* What the exercise asks
Look through the data below and extract, unchanged, the lines from the one that contains "v40 (48.891876,15.477406,10)" to the one that contains "# FreeCAD 1.0 macro for this part", both included.

Segment Open

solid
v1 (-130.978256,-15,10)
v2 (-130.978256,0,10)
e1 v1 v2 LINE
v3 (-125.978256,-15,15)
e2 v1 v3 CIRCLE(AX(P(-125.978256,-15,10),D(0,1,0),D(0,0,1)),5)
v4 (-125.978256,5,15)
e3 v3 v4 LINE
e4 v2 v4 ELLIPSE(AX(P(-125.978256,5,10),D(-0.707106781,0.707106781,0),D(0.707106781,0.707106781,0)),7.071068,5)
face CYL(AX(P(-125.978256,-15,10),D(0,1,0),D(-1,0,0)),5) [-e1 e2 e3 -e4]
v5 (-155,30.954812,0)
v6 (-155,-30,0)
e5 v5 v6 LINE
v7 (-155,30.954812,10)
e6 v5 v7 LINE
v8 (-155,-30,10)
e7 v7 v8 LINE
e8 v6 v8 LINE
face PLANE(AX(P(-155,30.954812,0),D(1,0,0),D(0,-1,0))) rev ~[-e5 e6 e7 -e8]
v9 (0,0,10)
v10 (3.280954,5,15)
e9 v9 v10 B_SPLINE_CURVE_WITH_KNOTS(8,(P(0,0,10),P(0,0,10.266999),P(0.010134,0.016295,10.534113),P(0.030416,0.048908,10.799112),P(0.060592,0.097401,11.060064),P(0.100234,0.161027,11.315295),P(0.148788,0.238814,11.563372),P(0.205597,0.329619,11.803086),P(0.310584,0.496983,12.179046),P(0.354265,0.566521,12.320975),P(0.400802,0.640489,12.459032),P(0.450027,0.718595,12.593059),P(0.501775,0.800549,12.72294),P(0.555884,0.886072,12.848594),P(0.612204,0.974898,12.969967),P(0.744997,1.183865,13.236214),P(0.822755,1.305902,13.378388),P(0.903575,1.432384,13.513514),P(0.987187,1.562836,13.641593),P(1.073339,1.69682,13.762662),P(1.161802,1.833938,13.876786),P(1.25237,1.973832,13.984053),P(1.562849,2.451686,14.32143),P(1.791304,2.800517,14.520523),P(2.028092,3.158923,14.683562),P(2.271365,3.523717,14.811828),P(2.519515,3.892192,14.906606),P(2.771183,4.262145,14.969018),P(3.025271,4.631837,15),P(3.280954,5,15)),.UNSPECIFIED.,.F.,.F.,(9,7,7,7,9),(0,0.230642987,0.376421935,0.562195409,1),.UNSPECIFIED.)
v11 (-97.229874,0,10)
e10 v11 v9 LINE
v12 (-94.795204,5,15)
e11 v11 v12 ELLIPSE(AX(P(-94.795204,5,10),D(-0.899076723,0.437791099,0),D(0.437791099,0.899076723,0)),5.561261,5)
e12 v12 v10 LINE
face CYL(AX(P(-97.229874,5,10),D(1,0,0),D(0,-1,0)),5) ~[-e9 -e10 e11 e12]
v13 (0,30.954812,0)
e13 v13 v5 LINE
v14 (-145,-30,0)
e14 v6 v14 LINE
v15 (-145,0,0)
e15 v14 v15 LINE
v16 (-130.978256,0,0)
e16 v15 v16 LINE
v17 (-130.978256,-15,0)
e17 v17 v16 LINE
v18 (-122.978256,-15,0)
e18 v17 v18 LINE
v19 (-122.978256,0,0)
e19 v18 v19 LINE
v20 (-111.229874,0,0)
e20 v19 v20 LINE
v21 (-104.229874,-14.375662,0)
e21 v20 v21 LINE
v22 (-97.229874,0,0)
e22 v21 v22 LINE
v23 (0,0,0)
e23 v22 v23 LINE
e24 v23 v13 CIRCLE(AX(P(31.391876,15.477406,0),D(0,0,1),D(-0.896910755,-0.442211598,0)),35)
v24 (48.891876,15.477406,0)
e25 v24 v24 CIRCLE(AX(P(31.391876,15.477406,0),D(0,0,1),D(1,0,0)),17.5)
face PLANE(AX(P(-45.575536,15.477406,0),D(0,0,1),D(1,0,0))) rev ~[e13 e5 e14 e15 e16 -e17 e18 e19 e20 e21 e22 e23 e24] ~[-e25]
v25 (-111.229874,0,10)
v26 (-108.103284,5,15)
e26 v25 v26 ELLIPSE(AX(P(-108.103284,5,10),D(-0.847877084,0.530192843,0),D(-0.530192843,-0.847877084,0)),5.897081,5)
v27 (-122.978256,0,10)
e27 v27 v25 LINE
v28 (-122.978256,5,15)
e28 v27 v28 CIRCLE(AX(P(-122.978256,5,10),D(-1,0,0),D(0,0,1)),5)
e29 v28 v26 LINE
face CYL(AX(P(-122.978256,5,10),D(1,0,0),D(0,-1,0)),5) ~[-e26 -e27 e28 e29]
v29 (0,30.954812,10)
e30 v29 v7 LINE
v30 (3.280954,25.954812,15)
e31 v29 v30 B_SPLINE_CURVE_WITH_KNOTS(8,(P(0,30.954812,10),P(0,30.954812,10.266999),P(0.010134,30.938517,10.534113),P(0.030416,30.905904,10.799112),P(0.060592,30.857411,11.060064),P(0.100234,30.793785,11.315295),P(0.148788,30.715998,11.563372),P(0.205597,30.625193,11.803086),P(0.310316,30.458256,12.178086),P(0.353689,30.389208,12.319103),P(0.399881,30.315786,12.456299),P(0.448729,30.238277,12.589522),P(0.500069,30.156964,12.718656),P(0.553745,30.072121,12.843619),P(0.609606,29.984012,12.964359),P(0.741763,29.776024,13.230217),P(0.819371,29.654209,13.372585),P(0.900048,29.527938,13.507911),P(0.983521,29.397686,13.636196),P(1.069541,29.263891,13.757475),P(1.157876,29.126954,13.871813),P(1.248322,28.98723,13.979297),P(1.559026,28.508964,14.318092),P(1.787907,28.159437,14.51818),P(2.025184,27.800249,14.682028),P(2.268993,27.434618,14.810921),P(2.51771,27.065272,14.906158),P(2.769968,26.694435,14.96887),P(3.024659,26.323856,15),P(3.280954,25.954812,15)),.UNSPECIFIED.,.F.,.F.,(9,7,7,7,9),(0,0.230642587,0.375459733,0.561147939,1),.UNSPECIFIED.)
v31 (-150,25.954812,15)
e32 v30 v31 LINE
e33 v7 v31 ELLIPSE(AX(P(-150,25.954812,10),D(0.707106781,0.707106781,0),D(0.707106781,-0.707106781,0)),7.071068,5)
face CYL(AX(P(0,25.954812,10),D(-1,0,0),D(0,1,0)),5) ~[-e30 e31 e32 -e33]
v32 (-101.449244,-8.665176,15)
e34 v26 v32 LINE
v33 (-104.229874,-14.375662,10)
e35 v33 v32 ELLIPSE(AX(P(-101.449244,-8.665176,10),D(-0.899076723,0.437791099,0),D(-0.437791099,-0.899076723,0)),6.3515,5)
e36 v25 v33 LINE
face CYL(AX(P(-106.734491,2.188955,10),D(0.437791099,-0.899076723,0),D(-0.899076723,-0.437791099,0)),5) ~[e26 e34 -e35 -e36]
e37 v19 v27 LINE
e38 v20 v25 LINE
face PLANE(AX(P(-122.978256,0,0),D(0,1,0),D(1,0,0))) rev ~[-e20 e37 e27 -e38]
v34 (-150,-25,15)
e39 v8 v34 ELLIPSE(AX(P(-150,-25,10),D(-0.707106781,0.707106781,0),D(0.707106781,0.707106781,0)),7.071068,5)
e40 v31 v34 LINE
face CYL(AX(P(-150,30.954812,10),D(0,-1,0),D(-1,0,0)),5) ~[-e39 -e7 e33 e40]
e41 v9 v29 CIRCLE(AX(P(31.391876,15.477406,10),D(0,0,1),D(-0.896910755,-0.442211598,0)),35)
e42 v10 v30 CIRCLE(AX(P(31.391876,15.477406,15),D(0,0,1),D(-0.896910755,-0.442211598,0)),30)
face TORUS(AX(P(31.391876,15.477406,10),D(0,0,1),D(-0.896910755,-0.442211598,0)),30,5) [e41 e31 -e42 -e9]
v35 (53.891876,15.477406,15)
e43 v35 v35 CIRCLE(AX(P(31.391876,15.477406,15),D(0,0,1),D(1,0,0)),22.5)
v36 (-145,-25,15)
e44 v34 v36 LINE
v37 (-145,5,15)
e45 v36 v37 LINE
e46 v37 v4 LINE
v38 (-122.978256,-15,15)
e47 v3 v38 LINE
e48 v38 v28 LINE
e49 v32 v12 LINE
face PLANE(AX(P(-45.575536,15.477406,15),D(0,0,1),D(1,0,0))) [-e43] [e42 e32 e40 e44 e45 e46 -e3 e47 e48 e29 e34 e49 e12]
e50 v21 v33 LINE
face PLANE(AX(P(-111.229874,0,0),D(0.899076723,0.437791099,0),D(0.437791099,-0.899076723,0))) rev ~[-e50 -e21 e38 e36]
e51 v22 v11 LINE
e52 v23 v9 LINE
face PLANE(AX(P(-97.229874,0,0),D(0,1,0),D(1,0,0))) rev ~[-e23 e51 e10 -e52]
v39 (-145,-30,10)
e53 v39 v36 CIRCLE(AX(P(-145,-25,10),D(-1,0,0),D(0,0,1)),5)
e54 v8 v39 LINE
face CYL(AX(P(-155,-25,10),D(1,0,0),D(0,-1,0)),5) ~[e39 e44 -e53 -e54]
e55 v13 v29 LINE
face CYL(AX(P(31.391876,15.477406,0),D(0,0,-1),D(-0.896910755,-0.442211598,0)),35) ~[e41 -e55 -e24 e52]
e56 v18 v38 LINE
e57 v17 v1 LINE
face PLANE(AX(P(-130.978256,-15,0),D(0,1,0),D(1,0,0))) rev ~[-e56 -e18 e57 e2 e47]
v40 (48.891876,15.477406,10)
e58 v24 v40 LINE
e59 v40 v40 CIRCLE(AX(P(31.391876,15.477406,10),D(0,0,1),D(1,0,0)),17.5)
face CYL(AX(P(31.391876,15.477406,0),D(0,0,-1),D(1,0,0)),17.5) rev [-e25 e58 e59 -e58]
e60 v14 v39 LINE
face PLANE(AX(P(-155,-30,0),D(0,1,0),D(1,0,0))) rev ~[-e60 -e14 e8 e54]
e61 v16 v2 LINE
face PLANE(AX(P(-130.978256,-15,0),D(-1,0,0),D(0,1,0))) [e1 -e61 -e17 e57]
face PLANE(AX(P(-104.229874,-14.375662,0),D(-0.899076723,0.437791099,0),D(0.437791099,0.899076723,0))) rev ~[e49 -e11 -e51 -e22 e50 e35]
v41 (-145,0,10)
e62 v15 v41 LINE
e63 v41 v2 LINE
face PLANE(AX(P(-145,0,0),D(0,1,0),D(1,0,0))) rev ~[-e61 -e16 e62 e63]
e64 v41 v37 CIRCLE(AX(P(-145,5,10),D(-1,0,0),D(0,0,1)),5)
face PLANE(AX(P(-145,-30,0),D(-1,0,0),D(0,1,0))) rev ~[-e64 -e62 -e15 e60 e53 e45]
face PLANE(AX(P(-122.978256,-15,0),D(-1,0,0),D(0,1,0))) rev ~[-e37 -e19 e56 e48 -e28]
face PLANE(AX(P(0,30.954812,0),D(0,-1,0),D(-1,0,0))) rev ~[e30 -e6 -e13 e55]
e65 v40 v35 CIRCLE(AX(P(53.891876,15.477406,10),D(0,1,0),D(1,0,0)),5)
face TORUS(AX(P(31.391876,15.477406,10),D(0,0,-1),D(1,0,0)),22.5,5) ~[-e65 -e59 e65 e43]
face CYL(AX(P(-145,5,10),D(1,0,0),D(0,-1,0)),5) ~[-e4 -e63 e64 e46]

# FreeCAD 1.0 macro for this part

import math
import FreeCAD as App
import Part
import Sketcher
from FreeCAD import Vector
Q = App.Units.Quantity


def edges_at(feature, points):
    """Names of the edges that pass closest to the given points."""
    edges = feature.Shape.Edges
    near = lambda p: min(range(len(edges)), key=lambda i: edges[i].distToShape(Part.Vertex(*p))[0])
    return sorted({f"Edge{near(p) + 1}" for p in points})

doc = App.newDocument("Part")
body = doc.addObject("PartDesign::Body", "Body")

# Sketch on XY plane
sketch1 = body.newObject("Sketcher::SketchObject", "Sketch")
sketch1.AttachmentSupport = (doc.getObject("XY_Plane"), [""])
sketch1.MapMode = "FlatFace"
sketch1.addGeometry([
    Part.LineSegment(Vector(0, 31, 0), Vector(-155, 31, 0)),  # 0
    Part.LineSegment(Vector(-155, 31, 0), Vector(-155, -30, 0)),  # 1
    Part.LineSegment(Vector(-155, -30, 0), Vector(-145, -30, 0)),  # 2
    Part.LineSegment(Vector(-145, -30, 0), Vector(-145, 0, 0)),  # 3
    Part.LineSegment(Vector(-145, 0, 0), Vector(-131, 0, 0)),  # 4
    Part.LineSegment(Vector(-131, 0, 0), Vector(-131, -15, 0)),  # 5
    Part.LineSegment(Vector(-131, -15, 0), Vector(-123, -15, 0)),  # 6
    Part.LineSegment(Vector(-123, -15, 0), Vector(-123, 0, 0)),  # 7
    Part.LineSegment(Vector(-123, 0, 0), Vector(-111, 0, 0)),  # 8
    Part.LineSegment(Vector(-111, 0, 0), Vector(-104, -14, 0)),  # 9
    Part.LineSegment(Vector(-104, -14, 0), Vector(-97, 0, 0)),  # 10
    Part.LineSegment(Vector(-97, 0, 0), Vector(0, 0, 0)),  # 11
    Part.ArcOfCircle(Part.Circle(Vector(31, 15, 0), Vector(0, 0, 1), 35), math.radians(-154), math.radians(154)),  # 12
    Part.Circle(Vector(31, 15, 0), Vector(0, 0, 1), 18),  # 13
], False)
sketch1.addConstraint([
    Sketcher.Constraint("Coincident", 0, 2, 1, 1),
    Sketcher.Constraint("Coincident", 1, 2, 2, 1),
    Sketcher.Constraint("Coincident", 2, 2, 3, 1),
    Sketcher.Constraint("Coincident", 3, 2, 4, 1),
    Sketcher.Constraint("Coincident", 4, 2, 5, 1),
    Sketcher.Constraint("Coincident", 5, 2, 6, 1),
    Sketcher.Constraint("Coincident", 6, 2, 7, 1),
    Sketcher.Constraint("Coincident", 7, 2, 8, 1),
    Sketcher.Constraint("Coincident", 8, 2, 9, 1),
    Sketcher.Constraint("Coincident", 9, 2, 10, 1),
    Sketcher.Constraint("Coincident", 10, 2, 11, 1),
    Sketcher.Constraint("Coincident", 11, 2, 12, 1),
    Sketcher.Constraint("Coincident", 12, 2, 0, 1),
    Sketcher.Constraint("Horizontal", 0),
    Sketcher.Constraint("Vertical", 1),
    Sketcher.Constraint("Horizontal", 2),
    Sketcher.Constraint("Vertical", 3),
    Sketcher.Constraint("Horizontal", 4),
    Sketcher.Constraint("Vertical", 5),
    Sketcher.Constraint("Horizontal", 6),
    Sketcher.Constraint("Vertical", 7),
    Sketcher.Constraint("Horizontal", 8),
    Sketcher.Constraint("Horizontal", 11),
    Sketcher.Constraint("Coincident", 11, 2, -1, 1),
    Sketcher.Constraint("Coincident", 13, 3, 12, 3),
    Sketcher.Constraint("PointOnObject", 3, 2, -1),
    Sketcher.Constraint("PointOnObject", 7, 2, -1),
    Sketcher.Constraint("PointOnObject", 12, 2, -2),
    Sketcher.Constraint("Equal", 9, 10),
    Sketcher.Constraint("Diameter", 13, Q("35 mm")),
    Sketcher.Constraint("Radius", 12, Q("35 mm")),
    Sketcher.Constraint("DistanceX", 0, 2, 0, 1, Q("155 mm")),
    Sketcher.Constraint("DistanceX", 2, 1, 2, 2, Q("10 mm")),
    Sketcher.Constraint("DistanceX", 6, 1, 6, 2, Q("8 mm")),
    Sketcher.Constraint("DistanceY", 3, 1, 3, 2, Q("30 mm")),
    Sketcher.Constraint("DistanceY", 5, 2, 5, 1, Q("15 mm")),
    Sketcher.Constraint("DistanceX", 8, 2, 9, 2, Q("7 mm")),
    Sketcher.Constraint("DistanceY", 1, 2, 1, 1, Q("60.954812 mm")),
    Sketcher.Constraint("Distance", 9, Q("15.989361 mm")),
    Sketcher.Constraint("DistanceX", 4, 1, 4, 2, Q("14.021744 mm")),
    Sketcher.Constraint("DistanceX", 8, 1, 8, 2, Q("11.748382 mm")),
])
pad1 = body.newObject("PartDesign::Pad", "Pad")
pad1.Profile = sketch1
pad1.Length = 15
doc.recompute()

fillet = body.newObject("PartDesign::Fillet", "Fillet")
fillet.Base = (pad1, edges_at(pad1, [
    (-150, -30, 15),
    (-155, 0.477, 15),
    (-137.989, 0, 15),
    (-130.978, -7.5, 15),
    (-107.73, -7.188, 15),
    (-117.104, 0, 15),
    (-48.615, 0, 15),
    (-77.5, 30.955, 15),
    (66.392, 15.477, 15),
    (13.892, 15.477, 15),
]))
fillet.Radius = 5

doc.recompute()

Segment Closed

* Completed exercise
v40 (48.891876,15.477406,10)
e58 v24 v40 LINE
e59 v40 v40 CIRCLE(AX(P(31.391876,15.477406,10),D(0,0,1),D(1,0,0)),17.5)
face CYL(AX(P(31.391876,15.477406,0),D(0,0,-1),D(1,0,0)),17.5) rev [-e25 e58 e59 -e58]
e60 v14 v39 LINE
face PLANE(AX(P(-155,-30,0),D(0,1,0),D(1,0,0))) rev ~[-e60 -e14 e8 e54]
e61 v16 v2 LINE
face PLANE(AX(P(-130.978256,-15,0),D(-1,0,0),D(0,1,0))) [e1 -e61 -e17 e57]
face PLANE(AX(P(-104.229874,-14.375662,0),D(-0.899076723,0.437791099,0),D(0.437791099,0.899076723,0))) rev ~[e49 -e11 -e51 -e22 e50 e35]
v41 (-145,0,10)
e62 v15 v41 LINE
e63 v41 v2 LINE
face PLANE(AX(P(-145,0,0),D(0,1,0),D(1,0,0))) rev ~[-e61 -e16 e62 e63]
e64 v41 v37 CIRCLE(AX(P(-145,5,10),D(-1,0,0),D(0,0,1)),5)
face PLANE(AX(P(-145,-30,0),D(-1,0,0),D(0,1,0))) rev ~[-e64 -e62 -e15 e60 e53 e45]
face PLANE(AX(P(-122.978256,-15,0),D(-1,0,0),D(0,1,0))) rev ~[-e37 -e19 e56 e48 -e28]
face PLANE(AX(P(0,30.954812,0),D(0,-1,0),D(-1,0,0))) rev ~[e30 -e6 -e13 e55]
e65 v40 v35 CIRCLE(AX(P(53.891876,15.477406,10),D(0,1,0),D(1,0,0)),5)
face TORUS(AX(P(31.391876,15.477406,10),D(0,0,-1),D(1,0,0)),22.5,5) ~[-e65 -e59 e65 e43]
face CYL(AX(P(-145,5,10),D(1,0,0),D(0,-1,0)),5) ~[-e4 -e63 e64 e46]

# FreeCAD 1.0 macro for this part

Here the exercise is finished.